─── Dataset

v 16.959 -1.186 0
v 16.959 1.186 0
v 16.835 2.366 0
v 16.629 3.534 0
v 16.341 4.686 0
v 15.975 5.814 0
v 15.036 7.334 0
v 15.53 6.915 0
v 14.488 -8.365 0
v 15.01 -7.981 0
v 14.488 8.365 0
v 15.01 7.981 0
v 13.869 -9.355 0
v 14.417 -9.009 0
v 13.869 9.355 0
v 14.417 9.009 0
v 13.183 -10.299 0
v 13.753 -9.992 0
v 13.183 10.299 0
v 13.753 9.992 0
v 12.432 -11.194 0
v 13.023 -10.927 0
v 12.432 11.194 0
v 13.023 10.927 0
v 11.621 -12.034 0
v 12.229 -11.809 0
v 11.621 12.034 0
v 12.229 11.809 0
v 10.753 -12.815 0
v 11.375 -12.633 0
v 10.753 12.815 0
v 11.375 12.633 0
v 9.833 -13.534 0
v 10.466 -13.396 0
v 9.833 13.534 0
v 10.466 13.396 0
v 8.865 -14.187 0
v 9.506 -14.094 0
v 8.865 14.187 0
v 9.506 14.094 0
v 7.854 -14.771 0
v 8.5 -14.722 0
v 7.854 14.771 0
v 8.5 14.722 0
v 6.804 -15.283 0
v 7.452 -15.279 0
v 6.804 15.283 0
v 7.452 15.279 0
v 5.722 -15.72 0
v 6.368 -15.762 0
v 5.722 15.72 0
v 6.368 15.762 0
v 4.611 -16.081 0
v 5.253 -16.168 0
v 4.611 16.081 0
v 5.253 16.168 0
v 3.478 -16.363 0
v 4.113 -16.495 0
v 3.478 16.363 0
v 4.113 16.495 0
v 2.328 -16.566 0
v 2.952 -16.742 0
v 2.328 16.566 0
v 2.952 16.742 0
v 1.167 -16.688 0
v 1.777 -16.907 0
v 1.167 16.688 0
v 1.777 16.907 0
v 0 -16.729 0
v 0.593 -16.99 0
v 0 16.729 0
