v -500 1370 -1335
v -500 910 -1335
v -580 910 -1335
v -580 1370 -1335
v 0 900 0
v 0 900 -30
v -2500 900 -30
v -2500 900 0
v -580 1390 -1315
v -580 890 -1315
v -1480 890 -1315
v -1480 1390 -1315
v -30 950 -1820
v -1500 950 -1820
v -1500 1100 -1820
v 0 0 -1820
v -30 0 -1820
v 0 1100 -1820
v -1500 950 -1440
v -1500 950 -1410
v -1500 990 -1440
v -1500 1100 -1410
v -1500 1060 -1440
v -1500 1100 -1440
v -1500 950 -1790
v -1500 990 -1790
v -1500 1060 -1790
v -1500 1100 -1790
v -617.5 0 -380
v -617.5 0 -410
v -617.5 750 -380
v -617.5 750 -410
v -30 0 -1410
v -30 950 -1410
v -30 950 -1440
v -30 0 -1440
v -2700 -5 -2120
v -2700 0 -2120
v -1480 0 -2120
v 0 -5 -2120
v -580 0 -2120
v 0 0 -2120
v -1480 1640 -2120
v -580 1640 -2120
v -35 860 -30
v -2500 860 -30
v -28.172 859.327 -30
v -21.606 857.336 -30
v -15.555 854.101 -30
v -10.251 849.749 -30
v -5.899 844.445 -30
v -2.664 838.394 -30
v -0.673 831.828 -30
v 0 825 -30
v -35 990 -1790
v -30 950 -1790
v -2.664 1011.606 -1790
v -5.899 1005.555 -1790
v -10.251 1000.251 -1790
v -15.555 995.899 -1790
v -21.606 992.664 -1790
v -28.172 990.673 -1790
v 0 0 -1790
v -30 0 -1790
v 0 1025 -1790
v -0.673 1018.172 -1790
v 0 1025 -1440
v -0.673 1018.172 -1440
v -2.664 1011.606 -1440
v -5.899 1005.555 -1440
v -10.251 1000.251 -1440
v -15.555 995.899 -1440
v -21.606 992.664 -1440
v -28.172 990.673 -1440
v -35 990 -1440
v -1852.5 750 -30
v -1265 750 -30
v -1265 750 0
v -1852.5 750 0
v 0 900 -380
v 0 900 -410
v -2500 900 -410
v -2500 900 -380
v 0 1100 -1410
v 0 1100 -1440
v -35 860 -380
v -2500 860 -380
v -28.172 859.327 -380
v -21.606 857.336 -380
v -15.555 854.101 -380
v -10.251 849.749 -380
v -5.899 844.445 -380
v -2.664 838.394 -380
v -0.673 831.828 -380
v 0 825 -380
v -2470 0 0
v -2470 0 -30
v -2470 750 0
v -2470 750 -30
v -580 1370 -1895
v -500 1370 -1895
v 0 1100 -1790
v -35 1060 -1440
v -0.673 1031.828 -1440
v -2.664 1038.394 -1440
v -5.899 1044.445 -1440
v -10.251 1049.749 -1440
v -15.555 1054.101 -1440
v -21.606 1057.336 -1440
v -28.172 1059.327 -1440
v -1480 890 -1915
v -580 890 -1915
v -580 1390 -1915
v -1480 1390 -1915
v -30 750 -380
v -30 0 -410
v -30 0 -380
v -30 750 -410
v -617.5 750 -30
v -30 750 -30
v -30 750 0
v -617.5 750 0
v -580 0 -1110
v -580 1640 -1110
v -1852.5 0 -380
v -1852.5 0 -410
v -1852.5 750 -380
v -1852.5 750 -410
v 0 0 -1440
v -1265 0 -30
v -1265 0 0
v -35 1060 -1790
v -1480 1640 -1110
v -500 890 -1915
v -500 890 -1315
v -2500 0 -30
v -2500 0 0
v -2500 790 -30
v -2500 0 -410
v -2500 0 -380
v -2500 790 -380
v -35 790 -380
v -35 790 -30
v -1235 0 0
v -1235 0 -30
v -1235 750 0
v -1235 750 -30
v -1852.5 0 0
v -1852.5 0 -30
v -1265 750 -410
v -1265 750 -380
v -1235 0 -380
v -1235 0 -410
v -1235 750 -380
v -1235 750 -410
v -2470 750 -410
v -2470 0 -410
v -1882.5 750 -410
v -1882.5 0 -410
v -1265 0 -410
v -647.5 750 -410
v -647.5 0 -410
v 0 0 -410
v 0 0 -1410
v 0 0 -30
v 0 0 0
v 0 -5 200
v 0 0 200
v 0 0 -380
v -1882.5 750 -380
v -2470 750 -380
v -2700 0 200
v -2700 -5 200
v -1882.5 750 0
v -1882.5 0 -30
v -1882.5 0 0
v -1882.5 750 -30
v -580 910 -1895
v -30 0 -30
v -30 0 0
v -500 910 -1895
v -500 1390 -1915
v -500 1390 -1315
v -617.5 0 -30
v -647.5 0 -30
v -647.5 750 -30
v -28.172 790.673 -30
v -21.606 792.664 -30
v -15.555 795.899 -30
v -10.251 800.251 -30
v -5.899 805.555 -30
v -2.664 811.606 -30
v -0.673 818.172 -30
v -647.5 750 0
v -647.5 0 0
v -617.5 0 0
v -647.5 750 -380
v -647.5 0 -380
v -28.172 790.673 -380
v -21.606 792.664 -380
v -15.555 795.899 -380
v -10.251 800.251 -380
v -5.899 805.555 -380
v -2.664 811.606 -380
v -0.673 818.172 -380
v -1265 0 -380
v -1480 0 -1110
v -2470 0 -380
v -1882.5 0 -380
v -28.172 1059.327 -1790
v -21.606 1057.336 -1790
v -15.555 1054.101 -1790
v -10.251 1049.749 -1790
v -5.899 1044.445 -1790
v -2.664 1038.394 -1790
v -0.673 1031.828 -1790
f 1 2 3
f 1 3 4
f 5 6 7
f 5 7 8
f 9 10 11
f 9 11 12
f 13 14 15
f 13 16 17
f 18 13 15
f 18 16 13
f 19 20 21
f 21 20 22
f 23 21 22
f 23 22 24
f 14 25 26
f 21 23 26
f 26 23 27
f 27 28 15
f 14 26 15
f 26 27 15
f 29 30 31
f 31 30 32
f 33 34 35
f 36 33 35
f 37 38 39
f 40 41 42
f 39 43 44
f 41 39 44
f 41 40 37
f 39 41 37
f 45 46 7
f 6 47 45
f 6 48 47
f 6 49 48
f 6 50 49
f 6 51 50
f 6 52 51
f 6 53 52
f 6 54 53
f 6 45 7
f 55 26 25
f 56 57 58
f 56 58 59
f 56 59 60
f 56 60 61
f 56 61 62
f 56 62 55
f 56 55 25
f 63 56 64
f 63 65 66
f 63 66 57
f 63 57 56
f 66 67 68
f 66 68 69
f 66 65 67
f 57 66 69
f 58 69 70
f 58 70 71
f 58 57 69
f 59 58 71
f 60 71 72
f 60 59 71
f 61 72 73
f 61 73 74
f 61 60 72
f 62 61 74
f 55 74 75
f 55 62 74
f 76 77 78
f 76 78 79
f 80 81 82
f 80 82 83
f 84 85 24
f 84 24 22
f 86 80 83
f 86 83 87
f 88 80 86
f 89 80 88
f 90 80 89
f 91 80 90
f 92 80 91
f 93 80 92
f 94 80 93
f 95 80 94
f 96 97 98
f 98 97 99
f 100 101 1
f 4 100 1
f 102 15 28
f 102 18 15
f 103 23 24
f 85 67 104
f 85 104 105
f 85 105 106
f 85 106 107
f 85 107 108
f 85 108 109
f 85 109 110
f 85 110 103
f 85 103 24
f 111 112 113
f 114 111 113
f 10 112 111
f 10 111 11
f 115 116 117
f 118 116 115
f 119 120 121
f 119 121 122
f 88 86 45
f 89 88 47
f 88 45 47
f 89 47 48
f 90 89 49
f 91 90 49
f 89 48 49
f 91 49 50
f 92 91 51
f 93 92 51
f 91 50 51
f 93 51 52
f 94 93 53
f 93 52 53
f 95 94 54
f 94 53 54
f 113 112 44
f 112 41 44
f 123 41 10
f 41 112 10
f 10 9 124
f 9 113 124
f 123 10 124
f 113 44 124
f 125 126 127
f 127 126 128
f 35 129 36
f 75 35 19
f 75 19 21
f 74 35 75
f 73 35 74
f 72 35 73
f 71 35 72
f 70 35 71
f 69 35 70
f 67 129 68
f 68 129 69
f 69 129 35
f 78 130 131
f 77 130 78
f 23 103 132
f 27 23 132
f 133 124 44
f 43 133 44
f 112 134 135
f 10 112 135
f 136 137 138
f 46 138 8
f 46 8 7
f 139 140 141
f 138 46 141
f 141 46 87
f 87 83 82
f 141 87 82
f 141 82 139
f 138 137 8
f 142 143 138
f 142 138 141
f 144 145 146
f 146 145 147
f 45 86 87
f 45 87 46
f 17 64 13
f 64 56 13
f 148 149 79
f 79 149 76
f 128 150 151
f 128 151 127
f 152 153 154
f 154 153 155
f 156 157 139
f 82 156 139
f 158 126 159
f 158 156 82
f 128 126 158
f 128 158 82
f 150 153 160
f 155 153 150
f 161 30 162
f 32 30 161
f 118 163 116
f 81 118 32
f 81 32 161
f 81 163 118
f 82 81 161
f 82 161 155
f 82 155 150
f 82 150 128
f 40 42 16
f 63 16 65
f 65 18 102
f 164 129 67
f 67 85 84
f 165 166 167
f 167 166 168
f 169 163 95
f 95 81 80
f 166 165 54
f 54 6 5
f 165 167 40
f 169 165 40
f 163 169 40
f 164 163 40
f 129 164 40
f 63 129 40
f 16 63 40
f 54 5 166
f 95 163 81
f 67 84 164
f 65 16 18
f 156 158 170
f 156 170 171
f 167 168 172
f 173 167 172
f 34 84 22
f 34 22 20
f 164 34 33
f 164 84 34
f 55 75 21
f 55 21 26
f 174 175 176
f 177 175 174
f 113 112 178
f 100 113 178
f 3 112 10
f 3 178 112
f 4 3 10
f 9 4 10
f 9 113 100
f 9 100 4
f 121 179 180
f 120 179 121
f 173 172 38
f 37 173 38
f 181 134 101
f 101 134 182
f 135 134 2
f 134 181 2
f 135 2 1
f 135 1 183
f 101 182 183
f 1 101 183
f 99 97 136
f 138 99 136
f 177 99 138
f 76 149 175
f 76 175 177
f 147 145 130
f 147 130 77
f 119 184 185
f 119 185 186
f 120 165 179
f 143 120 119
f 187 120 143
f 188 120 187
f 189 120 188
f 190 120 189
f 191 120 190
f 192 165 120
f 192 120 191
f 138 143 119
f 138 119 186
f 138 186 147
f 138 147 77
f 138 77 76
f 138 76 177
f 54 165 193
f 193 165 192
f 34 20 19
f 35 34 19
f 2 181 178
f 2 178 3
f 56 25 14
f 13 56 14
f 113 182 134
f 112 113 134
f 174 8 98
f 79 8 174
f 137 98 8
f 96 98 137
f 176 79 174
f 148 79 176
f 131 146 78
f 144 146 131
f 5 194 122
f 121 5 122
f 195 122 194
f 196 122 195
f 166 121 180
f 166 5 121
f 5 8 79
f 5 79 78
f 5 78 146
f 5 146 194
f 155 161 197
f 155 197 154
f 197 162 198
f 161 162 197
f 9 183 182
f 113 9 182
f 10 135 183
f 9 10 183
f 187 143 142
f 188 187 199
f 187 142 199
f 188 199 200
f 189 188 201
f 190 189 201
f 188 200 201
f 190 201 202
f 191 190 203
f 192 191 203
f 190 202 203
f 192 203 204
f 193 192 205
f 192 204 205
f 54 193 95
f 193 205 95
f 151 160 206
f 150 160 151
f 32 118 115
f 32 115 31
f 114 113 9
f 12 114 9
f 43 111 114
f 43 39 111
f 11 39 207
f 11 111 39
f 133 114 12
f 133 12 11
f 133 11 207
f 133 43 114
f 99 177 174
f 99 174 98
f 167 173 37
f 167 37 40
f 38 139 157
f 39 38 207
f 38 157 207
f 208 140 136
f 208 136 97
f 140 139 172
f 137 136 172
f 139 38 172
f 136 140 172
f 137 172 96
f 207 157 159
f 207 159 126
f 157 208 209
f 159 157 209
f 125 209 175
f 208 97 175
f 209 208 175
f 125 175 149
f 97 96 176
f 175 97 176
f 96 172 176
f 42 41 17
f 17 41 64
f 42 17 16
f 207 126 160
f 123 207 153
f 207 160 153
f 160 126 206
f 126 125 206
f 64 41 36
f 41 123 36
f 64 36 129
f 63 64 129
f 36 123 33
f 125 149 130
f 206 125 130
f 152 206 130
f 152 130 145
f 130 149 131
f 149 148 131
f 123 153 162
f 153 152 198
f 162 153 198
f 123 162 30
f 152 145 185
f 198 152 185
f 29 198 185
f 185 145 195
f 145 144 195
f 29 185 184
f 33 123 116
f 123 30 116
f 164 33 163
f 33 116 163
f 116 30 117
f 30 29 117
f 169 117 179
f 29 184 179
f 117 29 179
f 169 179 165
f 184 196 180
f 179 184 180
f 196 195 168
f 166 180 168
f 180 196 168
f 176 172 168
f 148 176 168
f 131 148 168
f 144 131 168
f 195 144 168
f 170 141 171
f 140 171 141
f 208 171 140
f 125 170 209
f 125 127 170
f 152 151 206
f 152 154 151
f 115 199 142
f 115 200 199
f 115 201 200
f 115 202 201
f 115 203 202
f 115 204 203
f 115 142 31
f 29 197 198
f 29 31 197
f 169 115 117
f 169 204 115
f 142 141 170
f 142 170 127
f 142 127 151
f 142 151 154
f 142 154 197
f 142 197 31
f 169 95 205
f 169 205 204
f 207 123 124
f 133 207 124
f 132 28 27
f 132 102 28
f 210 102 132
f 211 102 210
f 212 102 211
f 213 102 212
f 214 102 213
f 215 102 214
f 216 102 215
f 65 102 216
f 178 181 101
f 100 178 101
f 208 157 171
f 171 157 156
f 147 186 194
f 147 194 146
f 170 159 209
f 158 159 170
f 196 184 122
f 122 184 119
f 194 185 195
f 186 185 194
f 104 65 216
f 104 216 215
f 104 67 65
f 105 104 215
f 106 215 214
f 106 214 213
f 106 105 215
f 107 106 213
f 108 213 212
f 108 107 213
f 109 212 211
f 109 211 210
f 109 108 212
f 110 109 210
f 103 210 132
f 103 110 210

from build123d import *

# Parameters (mm, degrees)
SKETCH1_W             = 30
SKETCH1_H             = 550
SKETCH1_H_2           = 400
SKETCH1_H_3           = 150
SKETCH1_H_4           = 800
BOSS_EXTRUDE5_DEPTH   = 30
BOSS_EXTRUDE6_DEPTH   = 500
BOSS_EXTRUDE7_DEPTH   = 2500
SKETCH2_W             = 560
SKETCH2_H             = 460
BOSS_EXTRUDE8_DEPTH   = 80
BOSS_EXTRUDE10_DEPTH  = 900
SKETCH6_4_OUTSIDE_W   = 2855.048
SKETCH6_4_OUTSIDE_H   = 2375.048
SKETCH6_4_OUTSIDE_W_2 = 600
SKETCH6_4_OUTSIDE_H_2 = 500
CUT_EXTRUDE2_DEPTH    = 3298.028965599
FILLET1_R             = 35
FILLET2_R             = 35
BOSS_EXTRUDE11_DEPTH  = 1000
SKETCH19_W            = 587.5
SKETCH19_H            = 750
CUT_EXTRUDE3_DEPTH    = 2000
SKETCH20_W            = 900
SKETCH20_H            = 1010
BOSS_EXTRUDE12_DEPTH  = 5


with BuildPart() as part:
    # Sketch1 → Boss-Extrude5 (new body)
    with BuildSketch(Plane(origin=(0, 0, 0), x_dir=(0, 0, -1), z_dir=(1, 0, 0))):
        with Locations((1805, 275)):
            Rectangle(SKETCH1_W, SKETCH1_H)
        with Locations((1805, 750)):
            Rectangle(SKETCH1_W, SKETCH1_H_2)
        with Locations((1425, 875)):
            Rectangle(SKETCH1_W, SKETCH1_H_3)
        with Locations((1425, 400)):
            Rectangle(SKETCH1_W, SKETCH1_H_4)
    extrude(amount=-BOSS_EXTRUDE5_DEPTH)

    # Sketch1<10> → Boss-Extrude6 (add)
    with BuildSketch(Plane(origin=(0, 0, 0), x_dir=(0, 0, -1), z_dir=(1, 0, 0))):
        Polygon((1410, 950), (1440, 950), (1440, 990), (1440, 1060), (1440, 1100), (1410, 1100), align=None)
        Polygon((1440, 1060), (1440, 990), (1615, 990), (1790, 990), (1790, 1060), (1615, 1060), align=None)
        Polygon((1790, 990), (1790, 950), (1820, 950), (1820, 1100), (1790, 1100), (1790, 1060), align=None)
    extrude(amount=-BOSS_EXTRUDE6_DEPTH)

    # Fillet1
    fillet1_edges = [part.edges().sort_by_distance(p)[0] for p in [
        (0, 1060, -1615),
        (0, 990, -1615),
    ]]
    fillet(fillet1_edges, radius=FILLET1_R - 0.0001)  # a hair under: the kernel refuses the full size

    # Sketch17 → Boss-Extrude11 (add)
    with BuildSketch(Plane.ZY.offset(500)):
        Polygon((-1615, 1060), (-1440, 1060), (-1440, 1100), (-1410, 1100), (-1410, 950), (-1440, 950), (-1440, 990), (-1790, 990), (-1790, 950), (-1820, 950), (-1820, 1100), (-1790, 1100), (-1790, 1060), align=None)
    extrude(amount=BOSS_EXTRUDE11_DEPTH)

──────

Print again the lines of the entries above that fall between the line holding "f 138 99 136" and the line holding "f 96 172 176", inclusive, exactly as they stand.

Task solution:
f 138 99 136
f 177 99 138
f 76 149 175
f 76 175 177
f 147 145 130
f 147 130 77
f 119 184 185
f 119 185 186
f 120 165 179
f 143 120 119
f 187 120 143
f 188 120 187
f 189 120 188
f 190 120 189
f 191 120 190
f 192 165 120
f 192 120 191
f 138 143 119
f 138 119 186
f 138 186 147
f 138 147 77
f 138 77 76
f 138 76 177
f 54 165 193
f 193 165 192
f 34 20 19
f 35 34 19
f 2 181 178
f 2 178 3
f 56 25 14
f 13 56 14
f 113 182 134
f 112 113 134
f 174 8 98
f 79 8 174
f 137 98 8
f 96 98 137
f 176 79 174
f 148 79 176
f 131 146 78
f 144 146 131
f 5 194 122
f 121 5 122
f 195 122 194
f 196 122 195
f 166 121 180
f 166 5 121
f 5 8 79
f 5 79 78
f 5 78 146
f 5 146 194
f 155 161 197
f 155 197 154
f 197 162 198
f 161 162 197
f 9 183 182
f 113 9 182
f 10 135 183
f 9 10 183
f 187 143 142
f 188 187 199
f 187 142 199
f 188 199 200
f 189 188 201
f 190 189 201
f 188 200 201
f 190 201 202
f 191 190 203
f 192 191 203
f 190 202 203
f 192 203 204
f 193 192 205
f 192 204 205
f 54 193 95
f 193 205 95
f 151 160 206
f 150 160 151
f 32 118 115
f 32 115 31
f 114 113 9
f 12 114 9
f 43 111 114
f 43 39 111
f 11 39 207
f 11 111 39
f 133 114 12
f 133 12 11
f 133 11 207
f 133 43 114
f 99 177 174
f 99 174 98
f 167 173 37
f 167 37 40
f 38 139 157
f 39 38 207
f 38 157 207
f 208 140 136
f 208 136 97
f 140 139 172
f 137 136 172
f 139 38 172
f 136 140 172
f 137 172 96
f 207 157 159
f 207 159 126
f 157 208 209
f 159 157 209
f 125 209 175
f 208 97 175
f 209 208 175
f 125 175 149
f 97 96 176
f 175 97 176
f 96 172 176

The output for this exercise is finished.